» **Exercise prompt**
From the data below, return the exact lines starting at the line containing "f 104 103 105" and ending at the line containing "f 77 107 106", both included, and nothing else.

#### Data supplied ####

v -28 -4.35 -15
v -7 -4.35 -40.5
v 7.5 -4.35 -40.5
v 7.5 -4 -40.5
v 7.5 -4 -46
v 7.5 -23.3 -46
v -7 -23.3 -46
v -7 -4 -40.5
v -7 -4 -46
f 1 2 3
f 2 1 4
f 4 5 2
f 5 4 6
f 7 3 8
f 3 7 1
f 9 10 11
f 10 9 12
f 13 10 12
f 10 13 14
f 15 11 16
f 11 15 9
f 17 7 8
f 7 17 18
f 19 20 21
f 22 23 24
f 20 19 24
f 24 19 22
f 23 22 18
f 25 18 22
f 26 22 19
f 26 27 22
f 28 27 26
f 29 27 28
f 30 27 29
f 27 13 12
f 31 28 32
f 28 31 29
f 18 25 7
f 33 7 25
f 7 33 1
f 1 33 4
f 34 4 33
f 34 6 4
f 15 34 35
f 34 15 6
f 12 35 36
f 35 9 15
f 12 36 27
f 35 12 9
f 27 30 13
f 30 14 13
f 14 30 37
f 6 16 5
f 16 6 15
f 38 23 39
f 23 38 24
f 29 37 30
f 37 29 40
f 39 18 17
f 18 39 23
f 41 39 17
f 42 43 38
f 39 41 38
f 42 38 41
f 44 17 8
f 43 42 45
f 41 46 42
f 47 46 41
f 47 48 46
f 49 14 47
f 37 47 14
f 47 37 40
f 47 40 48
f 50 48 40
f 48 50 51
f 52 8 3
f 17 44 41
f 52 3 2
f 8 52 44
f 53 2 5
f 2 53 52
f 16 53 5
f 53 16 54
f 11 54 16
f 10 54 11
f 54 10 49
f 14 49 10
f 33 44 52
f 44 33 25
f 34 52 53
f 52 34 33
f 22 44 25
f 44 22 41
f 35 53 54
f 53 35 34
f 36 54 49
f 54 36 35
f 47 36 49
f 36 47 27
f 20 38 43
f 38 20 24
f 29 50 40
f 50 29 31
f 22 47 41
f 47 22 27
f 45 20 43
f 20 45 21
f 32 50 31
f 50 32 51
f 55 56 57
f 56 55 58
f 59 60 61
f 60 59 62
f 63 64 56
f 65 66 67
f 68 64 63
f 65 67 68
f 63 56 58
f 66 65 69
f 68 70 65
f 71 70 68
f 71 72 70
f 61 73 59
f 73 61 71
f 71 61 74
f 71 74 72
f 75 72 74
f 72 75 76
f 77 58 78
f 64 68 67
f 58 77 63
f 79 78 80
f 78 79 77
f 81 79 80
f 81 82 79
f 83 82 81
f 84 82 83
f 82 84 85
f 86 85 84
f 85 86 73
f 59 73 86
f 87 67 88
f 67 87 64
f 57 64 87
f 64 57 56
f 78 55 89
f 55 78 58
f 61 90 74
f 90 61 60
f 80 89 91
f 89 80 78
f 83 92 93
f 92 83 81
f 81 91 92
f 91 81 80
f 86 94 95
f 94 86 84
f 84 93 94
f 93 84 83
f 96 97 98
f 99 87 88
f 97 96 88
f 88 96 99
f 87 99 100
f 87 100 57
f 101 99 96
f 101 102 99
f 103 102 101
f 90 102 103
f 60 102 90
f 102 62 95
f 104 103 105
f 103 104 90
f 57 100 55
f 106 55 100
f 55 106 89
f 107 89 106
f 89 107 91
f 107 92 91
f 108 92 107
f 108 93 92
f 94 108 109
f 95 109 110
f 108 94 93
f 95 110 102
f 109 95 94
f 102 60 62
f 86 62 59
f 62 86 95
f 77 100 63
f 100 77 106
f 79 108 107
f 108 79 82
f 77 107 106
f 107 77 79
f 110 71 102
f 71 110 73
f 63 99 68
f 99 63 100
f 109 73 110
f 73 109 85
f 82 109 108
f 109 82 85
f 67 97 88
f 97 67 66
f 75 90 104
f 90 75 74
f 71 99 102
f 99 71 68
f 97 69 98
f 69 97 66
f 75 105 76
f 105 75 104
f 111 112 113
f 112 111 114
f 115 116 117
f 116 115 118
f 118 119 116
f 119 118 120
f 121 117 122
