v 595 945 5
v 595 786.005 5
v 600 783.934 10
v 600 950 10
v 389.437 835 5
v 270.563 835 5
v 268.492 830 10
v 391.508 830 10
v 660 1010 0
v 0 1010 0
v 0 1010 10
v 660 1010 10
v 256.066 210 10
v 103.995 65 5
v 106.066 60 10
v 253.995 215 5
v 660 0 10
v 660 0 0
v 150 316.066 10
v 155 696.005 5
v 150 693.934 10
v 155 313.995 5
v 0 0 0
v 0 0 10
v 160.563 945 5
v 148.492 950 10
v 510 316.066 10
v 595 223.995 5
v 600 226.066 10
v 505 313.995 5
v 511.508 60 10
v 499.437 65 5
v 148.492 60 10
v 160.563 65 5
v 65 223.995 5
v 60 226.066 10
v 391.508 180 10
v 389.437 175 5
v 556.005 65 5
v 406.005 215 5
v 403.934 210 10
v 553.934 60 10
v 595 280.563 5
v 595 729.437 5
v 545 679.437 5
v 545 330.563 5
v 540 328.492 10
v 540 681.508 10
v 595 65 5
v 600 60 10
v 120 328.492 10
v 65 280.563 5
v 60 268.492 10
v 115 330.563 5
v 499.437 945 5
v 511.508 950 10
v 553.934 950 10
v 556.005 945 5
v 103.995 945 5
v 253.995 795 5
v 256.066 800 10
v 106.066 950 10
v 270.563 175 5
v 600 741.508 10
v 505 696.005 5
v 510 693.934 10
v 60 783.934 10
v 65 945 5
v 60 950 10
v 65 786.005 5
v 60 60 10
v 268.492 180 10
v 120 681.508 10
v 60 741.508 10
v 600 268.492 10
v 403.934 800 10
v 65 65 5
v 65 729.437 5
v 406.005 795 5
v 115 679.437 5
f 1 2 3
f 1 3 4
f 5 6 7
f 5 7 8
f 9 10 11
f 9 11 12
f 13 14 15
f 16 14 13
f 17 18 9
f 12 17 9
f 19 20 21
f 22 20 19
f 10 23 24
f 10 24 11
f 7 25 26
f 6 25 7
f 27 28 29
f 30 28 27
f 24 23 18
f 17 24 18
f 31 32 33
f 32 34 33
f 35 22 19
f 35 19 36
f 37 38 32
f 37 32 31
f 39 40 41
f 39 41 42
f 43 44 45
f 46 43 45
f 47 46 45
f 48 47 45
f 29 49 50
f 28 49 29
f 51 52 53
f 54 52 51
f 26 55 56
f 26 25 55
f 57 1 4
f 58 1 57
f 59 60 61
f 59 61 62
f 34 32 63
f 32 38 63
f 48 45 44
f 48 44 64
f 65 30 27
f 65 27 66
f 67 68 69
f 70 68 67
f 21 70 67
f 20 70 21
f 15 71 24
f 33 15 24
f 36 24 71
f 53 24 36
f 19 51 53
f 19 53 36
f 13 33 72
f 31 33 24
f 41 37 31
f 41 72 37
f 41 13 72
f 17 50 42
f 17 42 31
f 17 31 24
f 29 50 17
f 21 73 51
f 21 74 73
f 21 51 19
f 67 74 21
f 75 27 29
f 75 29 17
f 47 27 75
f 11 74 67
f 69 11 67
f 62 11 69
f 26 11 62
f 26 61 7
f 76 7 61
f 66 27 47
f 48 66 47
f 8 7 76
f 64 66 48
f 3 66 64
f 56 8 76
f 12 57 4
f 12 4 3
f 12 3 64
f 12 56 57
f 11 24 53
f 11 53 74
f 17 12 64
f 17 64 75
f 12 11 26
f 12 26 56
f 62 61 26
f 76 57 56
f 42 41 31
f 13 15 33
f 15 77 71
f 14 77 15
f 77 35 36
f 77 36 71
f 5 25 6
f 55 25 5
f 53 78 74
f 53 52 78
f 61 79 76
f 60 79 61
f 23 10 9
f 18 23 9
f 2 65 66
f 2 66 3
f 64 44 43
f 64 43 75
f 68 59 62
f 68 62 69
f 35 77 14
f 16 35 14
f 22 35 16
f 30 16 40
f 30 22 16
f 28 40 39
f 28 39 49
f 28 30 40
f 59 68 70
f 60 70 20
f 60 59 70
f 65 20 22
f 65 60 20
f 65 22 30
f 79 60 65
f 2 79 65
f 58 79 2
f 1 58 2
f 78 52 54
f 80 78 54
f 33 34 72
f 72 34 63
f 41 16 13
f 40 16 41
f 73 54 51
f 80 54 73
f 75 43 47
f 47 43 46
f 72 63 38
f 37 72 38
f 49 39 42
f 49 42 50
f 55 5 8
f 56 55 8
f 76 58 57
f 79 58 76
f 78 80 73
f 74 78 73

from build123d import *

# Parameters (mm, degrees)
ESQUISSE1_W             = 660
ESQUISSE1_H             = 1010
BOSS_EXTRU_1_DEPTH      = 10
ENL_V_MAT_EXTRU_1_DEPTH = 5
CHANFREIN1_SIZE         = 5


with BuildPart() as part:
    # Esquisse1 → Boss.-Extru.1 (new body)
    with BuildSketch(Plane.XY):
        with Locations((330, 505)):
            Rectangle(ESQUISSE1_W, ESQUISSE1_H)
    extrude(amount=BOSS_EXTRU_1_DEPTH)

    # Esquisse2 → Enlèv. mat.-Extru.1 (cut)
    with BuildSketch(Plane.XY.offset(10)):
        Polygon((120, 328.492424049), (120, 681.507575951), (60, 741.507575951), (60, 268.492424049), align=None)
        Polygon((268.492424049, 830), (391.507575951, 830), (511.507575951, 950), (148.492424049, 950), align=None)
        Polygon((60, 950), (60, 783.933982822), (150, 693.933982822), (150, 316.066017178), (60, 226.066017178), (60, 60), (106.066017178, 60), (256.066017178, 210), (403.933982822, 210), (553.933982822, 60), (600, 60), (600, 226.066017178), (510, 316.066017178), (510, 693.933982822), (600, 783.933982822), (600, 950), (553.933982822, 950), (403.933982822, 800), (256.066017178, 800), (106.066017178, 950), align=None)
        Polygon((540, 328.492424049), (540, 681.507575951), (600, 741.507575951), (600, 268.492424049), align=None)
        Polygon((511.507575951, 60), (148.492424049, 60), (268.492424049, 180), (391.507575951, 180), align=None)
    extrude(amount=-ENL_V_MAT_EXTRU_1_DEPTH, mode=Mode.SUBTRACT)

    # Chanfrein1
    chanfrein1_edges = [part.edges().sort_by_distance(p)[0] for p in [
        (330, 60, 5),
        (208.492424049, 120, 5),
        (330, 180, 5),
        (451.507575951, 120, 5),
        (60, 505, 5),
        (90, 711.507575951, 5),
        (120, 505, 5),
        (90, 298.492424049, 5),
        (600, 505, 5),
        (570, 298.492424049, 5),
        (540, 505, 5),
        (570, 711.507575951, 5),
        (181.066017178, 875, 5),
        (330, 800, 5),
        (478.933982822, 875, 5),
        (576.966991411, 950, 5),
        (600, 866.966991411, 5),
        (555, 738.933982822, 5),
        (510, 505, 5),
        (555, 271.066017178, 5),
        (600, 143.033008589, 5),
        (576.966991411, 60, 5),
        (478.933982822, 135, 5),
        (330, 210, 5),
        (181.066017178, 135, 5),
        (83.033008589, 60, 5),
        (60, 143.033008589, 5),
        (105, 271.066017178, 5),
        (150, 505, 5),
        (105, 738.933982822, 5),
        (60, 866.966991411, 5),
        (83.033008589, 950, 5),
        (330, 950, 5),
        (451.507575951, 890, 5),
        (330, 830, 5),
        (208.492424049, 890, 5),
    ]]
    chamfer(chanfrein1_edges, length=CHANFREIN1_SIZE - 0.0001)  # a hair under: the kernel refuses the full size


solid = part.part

####

» **Solution**
f 104 103 105
f 103 104 90
f 57 100 55
f 106 55 100
f 55 106 89
f 107 89 106
f 89 107 91
f 107 92 91
f 108 92 107
f 108 93 92
f 94 108 109
f 95 109 110
f 108 94 93
f 95 110 102
f 109 95 94
f 102 60 62
f 86 62 59
f 62 86 95
f 77 100 63
f 100 77 106
f 79 108 107
f 108 79 82
f 77 107 106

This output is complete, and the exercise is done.